● **GIVEN ENTRIES**:
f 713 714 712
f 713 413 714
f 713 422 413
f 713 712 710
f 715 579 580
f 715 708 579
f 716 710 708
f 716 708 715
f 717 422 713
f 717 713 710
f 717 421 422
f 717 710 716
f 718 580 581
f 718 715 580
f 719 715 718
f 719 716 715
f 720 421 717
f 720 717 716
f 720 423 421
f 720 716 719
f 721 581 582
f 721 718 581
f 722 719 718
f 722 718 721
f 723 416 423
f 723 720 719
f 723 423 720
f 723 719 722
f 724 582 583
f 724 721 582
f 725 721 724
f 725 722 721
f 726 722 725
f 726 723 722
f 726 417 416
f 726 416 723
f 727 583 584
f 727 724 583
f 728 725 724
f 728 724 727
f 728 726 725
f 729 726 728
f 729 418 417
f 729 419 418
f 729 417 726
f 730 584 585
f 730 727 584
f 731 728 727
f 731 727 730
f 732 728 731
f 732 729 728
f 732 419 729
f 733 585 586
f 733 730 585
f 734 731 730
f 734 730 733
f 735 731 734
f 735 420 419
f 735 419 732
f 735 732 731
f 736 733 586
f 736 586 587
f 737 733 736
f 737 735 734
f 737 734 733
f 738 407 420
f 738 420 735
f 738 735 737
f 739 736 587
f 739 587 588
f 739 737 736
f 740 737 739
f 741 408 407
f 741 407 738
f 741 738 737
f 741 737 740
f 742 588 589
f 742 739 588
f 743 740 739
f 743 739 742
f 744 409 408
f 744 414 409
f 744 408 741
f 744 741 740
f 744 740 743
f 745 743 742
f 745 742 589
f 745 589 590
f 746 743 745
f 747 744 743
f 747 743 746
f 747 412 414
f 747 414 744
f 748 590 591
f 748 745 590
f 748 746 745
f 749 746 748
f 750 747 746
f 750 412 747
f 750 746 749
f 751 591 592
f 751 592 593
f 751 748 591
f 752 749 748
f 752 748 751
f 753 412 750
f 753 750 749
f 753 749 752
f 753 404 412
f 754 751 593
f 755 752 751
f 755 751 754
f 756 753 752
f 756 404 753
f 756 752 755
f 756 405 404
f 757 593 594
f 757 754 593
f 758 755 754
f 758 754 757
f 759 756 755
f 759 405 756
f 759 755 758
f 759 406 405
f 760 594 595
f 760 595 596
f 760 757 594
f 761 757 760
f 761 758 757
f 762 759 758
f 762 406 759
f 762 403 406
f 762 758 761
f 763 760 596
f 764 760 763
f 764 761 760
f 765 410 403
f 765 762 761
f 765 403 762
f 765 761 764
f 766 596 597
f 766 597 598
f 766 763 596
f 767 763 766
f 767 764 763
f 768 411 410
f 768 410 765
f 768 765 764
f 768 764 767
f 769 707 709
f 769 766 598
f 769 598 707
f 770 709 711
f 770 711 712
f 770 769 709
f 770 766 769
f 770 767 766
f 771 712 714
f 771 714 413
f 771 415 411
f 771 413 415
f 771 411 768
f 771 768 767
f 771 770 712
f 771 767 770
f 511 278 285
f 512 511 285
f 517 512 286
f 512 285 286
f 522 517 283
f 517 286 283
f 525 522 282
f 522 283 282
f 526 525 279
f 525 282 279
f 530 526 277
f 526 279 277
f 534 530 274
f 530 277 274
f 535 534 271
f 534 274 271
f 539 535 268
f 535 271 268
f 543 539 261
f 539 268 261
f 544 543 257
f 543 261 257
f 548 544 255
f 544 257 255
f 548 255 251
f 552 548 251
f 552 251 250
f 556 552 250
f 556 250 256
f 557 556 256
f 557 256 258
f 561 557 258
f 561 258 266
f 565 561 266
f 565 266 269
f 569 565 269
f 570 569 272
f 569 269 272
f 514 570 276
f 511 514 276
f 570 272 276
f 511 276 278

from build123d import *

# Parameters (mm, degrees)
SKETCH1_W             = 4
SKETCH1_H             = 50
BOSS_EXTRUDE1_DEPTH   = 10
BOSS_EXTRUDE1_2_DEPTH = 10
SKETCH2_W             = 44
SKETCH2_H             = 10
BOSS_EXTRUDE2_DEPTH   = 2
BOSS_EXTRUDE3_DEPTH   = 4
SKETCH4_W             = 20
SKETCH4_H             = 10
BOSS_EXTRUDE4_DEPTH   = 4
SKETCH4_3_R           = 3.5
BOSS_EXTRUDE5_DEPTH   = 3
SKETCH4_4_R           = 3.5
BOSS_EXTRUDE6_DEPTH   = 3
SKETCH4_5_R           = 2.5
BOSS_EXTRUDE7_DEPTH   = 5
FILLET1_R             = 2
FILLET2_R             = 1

● **AIM OF THE TASK**: Only one stretch of the records above is wanted: the lines between the one holding "f 737 735 734" and the one holding "f 517 286 283", inclusive, reproduced exactly.

● **SOLUTION TO THE PROBLEM**:
f 737 735 734
f 737 734 733
f 738 407 420
f 738 420 735
f 738 735 737
f 739 736 587
f 739 587 588
f 739 737 736
f 740 737 739
f 741 408 407
f 741 407 738
f 741 738 737
f 741 737 740
f 742 588 589
f 742 739 588
f 743 740 739
f 743 739 742
f 744 409 408
f 744 414 409
f 744 408 741
f 744 741 740
f 744 740 743
f 745 743 742
f 745 742 589
f 745 589 590
f 746 743 745
f 747 744 743
f 747 743 746
f 747 412 414
f 747 414 744
f 748 590 591
f 748 745 590
f 748 746 745
f 749 746 748
f 750 747 746
f 750 412 747
f 750 746 749
f 751 591 592
f 751 592 593
f 751 748 591
f 752 749 748
f 752 748 751
f 753 412 750
f 753 750 749
f 753 749 752
f 753 404 412
f 754 751 593
f 755 752 751
f 755 751 754
f 756 753 752
f 756 404 753
f 756 752 755
f 756 405 404
f 757 593 594
f 757 754 593
f 758 755 754
f 758 754 757
f 759 756 755
f 759 405 756
f 759 755 758
f 759 406 405
f 760 594 595
f 760 595 596
f 760 757 594
f 761 757 760
f 761 758 757
f 762 759 758
f 762 406 759
f 762 403 406
f 762 758 761
f 763 760 596
f 764 760 763
f 764 761 760
f 765 410 403
f 765 762 761
f 765 403 762
f 765 761 764
f 766 596 597
f 766 597 598
f 766 763 596
f 767 763 766
f 767 764 763
f 768 411 410
f 768 410 765
f 768 765 764
f 768 764 767
f 769 707 709
f 769 766 598
f 769 598 707
f 770 709 711
f 770 711 712
f 770 769 709
f 770 766 769
f 770 767 766
f 771 712 714
f 771 714 413
f 771 415 411
f 771 413 415
f 771 411 768
f 771 768 767
f 771 770 712
f 771 767 770
f 511 278 285
f 512 511 285
f 517 512 286
f 512 285 286
f 522 517 283
f 517 286 283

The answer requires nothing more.